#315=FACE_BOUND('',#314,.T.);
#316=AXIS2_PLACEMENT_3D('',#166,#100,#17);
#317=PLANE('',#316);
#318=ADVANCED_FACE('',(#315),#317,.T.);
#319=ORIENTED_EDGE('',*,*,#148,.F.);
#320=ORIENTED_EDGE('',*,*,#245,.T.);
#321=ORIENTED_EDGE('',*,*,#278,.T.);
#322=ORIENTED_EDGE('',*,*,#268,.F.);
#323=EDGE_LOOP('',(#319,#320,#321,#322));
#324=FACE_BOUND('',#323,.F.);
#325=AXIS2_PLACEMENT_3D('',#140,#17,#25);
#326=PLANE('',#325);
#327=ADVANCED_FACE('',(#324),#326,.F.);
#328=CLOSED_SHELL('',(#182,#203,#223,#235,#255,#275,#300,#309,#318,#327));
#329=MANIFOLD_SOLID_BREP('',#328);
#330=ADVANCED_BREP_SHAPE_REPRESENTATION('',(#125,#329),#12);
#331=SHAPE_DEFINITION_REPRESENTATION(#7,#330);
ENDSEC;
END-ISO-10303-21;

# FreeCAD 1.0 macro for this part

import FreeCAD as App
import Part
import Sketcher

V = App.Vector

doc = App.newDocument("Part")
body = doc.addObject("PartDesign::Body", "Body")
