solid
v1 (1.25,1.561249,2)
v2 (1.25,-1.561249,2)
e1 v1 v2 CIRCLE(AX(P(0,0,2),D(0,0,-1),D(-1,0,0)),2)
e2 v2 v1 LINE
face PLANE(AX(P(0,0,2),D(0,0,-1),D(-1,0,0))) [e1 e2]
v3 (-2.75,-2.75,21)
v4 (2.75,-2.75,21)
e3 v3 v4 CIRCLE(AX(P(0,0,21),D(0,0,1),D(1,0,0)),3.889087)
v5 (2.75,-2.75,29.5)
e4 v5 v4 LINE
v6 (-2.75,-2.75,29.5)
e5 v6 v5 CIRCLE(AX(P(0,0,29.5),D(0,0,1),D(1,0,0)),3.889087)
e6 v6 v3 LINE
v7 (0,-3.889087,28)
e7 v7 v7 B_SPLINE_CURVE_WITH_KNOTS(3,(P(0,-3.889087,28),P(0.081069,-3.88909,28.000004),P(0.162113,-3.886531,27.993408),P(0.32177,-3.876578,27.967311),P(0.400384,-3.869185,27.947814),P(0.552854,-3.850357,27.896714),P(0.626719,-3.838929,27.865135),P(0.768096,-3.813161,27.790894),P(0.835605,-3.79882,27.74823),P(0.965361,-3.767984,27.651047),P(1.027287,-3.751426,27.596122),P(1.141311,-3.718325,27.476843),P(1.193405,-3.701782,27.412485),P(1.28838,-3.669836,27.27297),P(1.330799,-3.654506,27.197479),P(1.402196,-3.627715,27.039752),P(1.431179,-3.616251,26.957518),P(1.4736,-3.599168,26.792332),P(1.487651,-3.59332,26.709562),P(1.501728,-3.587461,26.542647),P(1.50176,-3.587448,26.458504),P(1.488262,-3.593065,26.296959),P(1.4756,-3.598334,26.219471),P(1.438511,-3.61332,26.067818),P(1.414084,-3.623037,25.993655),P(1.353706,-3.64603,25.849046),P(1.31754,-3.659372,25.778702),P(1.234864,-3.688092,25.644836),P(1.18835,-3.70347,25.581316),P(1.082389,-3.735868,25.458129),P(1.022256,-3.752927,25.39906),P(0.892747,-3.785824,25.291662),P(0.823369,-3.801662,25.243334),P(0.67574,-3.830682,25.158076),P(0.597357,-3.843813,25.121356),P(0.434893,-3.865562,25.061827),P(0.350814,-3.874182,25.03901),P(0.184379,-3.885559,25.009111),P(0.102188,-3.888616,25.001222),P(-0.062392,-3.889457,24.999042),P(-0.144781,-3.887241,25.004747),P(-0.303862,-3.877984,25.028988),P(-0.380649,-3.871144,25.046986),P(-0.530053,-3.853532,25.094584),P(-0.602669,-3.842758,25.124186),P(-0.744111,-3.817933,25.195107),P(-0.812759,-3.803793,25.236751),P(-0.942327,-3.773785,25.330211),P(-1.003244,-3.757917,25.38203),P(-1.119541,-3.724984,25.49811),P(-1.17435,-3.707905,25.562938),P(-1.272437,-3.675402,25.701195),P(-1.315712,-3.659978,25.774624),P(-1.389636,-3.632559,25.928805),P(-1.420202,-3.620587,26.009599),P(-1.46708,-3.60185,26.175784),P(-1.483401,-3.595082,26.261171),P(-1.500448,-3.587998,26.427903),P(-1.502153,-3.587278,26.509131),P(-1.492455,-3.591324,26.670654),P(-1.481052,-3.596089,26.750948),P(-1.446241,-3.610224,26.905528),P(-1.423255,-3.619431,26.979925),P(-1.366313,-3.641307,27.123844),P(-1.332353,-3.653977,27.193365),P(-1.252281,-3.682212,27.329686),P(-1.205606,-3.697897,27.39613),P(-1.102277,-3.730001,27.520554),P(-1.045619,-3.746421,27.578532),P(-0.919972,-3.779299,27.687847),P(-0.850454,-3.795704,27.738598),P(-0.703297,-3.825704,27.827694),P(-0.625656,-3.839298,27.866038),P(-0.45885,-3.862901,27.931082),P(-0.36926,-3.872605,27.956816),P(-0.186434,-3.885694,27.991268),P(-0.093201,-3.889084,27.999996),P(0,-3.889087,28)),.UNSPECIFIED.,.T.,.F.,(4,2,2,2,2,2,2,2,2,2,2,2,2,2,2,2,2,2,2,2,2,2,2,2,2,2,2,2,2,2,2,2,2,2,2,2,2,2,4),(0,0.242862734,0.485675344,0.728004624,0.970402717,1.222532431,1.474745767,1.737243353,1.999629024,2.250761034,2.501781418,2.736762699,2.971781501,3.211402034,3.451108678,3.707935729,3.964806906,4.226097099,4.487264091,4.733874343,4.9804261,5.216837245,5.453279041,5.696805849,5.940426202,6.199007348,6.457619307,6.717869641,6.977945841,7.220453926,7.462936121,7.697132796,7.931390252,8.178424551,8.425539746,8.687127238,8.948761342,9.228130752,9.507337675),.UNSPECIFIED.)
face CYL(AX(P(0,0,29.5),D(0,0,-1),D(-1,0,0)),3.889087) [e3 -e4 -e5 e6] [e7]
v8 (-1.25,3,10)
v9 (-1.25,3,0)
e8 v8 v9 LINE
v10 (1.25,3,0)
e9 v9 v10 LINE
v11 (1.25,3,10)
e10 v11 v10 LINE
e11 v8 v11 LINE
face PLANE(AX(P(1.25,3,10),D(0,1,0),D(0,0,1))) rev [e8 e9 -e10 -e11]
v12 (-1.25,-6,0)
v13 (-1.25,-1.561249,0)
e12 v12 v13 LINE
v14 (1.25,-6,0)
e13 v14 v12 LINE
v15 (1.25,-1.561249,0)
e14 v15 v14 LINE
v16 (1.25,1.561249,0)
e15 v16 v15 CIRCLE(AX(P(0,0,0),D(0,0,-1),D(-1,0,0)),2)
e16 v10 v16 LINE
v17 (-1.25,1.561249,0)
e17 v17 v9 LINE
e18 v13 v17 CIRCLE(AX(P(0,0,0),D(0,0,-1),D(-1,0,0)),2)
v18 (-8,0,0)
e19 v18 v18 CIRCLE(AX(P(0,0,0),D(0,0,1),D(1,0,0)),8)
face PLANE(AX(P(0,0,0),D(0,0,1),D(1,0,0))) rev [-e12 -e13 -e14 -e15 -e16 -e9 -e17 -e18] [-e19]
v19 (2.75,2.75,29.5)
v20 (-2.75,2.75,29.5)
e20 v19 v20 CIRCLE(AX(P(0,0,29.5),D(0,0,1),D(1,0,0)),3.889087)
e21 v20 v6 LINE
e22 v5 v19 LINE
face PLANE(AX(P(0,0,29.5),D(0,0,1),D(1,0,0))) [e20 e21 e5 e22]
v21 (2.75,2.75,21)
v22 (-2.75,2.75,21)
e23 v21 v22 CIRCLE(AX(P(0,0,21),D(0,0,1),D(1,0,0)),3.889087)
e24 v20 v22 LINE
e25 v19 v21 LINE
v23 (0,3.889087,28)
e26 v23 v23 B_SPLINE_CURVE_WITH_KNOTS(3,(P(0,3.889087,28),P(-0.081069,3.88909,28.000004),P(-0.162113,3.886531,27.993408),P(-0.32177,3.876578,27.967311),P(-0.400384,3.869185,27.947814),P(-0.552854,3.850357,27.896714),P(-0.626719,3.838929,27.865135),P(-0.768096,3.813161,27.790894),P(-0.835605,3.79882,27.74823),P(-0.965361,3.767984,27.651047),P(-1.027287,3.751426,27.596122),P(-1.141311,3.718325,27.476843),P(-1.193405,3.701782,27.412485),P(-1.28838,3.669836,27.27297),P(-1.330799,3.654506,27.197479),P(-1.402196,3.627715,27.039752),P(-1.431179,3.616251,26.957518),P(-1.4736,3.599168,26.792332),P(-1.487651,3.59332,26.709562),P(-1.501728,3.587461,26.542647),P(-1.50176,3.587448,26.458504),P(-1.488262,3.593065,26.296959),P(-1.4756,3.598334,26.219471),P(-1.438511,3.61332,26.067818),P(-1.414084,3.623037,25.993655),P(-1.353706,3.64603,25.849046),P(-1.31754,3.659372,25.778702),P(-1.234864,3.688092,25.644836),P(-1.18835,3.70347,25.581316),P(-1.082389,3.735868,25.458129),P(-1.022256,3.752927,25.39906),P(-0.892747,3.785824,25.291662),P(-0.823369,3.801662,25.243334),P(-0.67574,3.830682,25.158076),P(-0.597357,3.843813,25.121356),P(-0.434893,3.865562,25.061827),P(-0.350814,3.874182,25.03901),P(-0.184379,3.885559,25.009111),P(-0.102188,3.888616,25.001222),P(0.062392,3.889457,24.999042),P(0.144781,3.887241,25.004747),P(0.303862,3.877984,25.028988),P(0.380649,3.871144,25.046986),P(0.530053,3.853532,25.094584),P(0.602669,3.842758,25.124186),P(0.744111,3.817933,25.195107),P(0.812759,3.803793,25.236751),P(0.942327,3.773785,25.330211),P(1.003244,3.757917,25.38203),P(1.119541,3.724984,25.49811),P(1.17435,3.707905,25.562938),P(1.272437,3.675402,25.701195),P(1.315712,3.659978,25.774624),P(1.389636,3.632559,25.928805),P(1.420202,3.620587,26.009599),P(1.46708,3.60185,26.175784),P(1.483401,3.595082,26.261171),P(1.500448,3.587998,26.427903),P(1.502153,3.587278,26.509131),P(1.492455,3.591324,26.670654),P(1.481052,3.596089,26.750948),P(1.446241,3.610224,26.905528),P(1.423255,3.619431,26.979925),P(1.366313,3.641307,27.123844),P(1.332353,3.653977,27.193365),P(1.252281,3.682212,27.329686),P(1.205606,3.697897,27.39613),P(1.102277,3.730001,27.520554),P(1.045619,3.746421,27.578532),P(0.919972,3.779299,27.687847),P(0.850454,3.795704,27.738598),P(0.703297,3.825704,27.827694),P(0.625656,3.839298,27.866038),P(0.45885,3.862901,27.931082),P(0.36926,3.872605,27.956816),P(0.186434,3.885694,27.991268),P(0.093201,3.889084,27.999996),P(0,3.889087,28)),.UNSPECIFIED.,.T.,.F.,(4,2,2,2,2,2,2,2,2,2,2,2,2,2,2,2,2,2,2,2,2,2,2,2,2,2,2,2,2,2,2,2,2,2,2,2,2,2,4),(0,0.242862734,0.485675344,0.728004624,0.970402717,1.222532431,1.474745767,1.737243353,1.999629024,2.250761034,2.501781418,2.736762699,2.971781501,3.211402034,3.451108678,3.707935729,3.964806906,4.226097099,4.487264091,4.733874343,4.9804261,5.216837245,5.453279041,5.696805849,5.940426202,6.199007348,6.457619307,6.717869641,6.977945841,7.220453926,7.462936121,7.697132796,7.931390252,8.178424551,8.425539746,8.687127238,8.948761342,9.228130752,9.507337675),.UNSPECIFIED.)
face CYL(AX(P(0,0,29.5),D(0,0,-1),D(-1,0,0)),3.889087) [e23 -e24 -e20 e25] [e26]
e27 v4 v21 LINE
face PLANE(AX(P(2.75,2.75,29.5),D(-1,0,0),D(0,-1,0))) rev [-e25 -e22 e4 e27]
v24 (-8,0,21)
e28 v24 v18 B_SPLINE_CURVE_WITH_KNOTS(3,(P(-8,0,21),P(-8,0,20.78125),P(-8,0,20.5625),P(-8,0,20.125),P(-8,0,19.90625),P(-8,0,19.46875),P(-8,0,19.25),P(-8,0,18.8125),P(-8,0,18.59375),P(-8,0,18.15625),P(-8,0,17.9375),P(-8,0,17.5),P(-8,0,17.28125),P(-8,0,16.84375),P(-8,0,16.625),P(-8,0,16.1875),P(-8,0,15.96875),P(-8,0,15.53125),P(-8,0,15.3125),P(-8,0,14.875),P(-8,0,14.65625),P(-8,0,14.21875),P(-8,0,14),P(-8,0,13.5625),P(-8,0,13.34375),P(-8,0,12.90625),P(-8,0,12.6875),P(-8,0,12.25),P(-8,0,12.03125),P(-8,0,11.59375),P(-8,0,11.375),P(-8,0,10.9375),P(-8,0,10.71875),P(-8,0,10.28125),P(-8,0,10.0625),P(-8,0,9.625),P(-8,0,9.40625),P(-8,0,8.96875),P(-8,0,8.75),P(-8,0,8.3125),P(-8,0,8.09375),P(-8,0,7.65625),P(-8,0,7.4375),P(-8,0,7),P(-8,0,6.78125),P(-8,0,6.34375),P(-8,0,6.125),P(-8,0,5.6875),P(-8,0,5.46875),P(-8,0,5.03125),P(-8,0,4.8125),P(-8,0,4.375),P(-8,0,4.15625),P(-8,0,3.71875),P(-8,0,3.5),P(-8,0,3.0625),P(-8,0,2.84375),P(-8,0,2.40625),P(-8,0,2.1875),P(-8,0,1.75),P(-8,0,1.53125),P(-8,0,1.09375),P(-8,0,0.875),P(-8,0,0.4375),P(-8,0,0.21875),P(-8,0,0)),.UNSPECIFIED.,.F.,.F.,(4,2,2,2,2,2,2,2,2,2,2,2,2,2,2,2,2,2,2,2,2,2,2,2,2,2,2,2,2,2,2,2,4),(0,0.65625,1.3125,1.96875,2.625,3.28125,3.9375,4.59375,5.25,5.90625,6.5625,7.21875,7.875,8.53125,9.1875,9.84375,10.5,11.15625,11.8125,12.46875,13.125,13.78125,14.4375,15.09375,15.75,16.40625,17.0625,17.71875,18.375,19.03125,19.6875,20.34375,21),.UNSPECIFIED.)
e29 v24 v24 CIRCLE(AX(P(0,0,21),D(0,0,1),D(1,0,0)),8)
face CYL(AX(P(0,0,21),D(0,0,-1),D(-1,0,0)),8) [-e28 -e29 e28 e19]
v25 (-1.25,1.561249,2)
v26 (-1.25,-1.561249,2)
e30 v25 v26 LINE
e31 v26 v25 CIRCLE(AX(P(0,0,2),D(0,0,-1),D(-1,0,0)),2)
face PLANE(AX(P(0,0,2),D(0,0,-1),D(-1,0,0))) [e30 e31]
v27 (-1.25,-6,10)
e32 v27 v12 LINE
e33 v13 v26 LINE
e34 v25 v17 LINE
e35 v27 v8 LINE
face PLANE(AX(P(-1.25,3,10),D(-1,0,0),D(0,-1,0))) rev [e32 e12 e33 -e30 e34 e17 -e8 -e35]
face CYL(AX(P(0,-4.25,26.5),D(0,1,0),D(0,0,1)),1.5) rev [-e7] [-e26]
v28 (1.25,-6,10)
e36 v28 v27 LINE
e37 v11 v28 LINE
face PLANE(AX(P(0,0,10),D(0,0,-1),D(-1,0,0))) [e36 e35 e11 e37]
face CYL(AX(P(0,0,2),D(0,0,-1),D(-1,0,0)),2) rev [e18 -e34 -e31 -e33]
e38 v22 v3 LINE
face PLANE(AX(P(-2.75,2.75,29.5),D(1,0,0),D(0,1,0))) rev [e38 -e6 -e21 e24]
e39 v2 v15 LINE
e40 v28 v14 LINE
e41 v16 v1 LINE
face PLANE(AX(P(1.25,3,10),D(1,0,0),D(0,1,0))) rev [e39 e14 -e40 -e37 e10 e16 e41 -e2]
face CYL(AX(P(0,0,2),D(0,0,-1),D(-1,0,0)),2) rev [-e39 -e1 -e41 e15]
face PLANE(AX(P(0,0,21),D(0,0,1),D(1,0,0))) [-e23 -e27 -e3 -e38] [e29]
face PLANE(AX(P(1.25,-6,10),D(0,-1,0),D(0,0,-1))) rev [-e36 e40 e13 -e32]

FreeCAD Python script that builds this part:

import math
import FreeCAD as App
import Part
import Sketcher
from FreeCAD import Vector

doc = App.newDocument("Part")
params = doc.addObject("Spreadsheet::Sheet", "Params")
for row, (alias, value) in enumerate([
    ("sketch1_diameter", "16 mm"),
    ("pad1_length", "21 mm"),
    ("sketch2_height", "9 mm"),
    ("sketch2_width", "2.5 mm"),
    ("pocket1_length", "10 mm"),
    ("sketch3_diameter", "4 mm"),
    ("pocket2_length", "2 mm"),
    ("sketch4_height", "5.5 mm"),
    ("pad2_length", "8.5 mm"),
    ("sketch5_diameter", "3 mm"),
    ("pocket3_length", "8.5 mm"),
], start=1):
    params.set(f"A{row}", alias)
    params.set(f"B{row}", "=" + value)
    params.setAlias(f"B{row}", alias)

body = doc.addObject("PartDesign::Body", "Body")

sketch1 = doc.addObject("Sketcher::SketchObject", "Sketch")
body.addObject(sketch1)
sketch1.AttachmentSupport = (doc.XY_Plane, [""])
sketch1.MapMode = "FlatFace"
sketch1.addGeometry(Part.Circle(Vector(0, 0, 0), Vector(0, 0, 1), 8), False)
sketch1.addConstraint([
    Sketcher.Constraint("Coincident", 0, 3, -1, 1),
    Sketcher.Constraint("Diameter", 0, 16.0),
])
sketch1.setExpression("Constraints[1]", "Params.sketch1_diameter")
pad1 = doc.addObject("PartDesign::Pad", "Pad")
body.addObject(pad1)
pad1.Profile = sketch1
pad1.setExpression("Length", "Params.pad1_length")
○ ○ ○ ○
Problem requirements
For this exercise, please output exactly the lines above starting at the line with "v4 (2.75,-2.75,21)" and ending at the line with "v7 (0,-3.889087,28)", ends included.

Task answer
v4 (2.75,-2.75,21)
e3 v3 v4 CIRCLE(AX(P(0,0,21),D(0,0,1),D(1,0,0)),3.889087)
v5 (2.75,-2.75,29.5)
e4 v5 v4 LINE
v6 (-2.75,-2.75,29.5)
e5 v6 v5 CIRCLE(AX(P(0,0,29.5),D(0,0,1),D(1,0,0)),3.889087)
e6 v6 v3 LINE
v7 (0,-3.889087,28)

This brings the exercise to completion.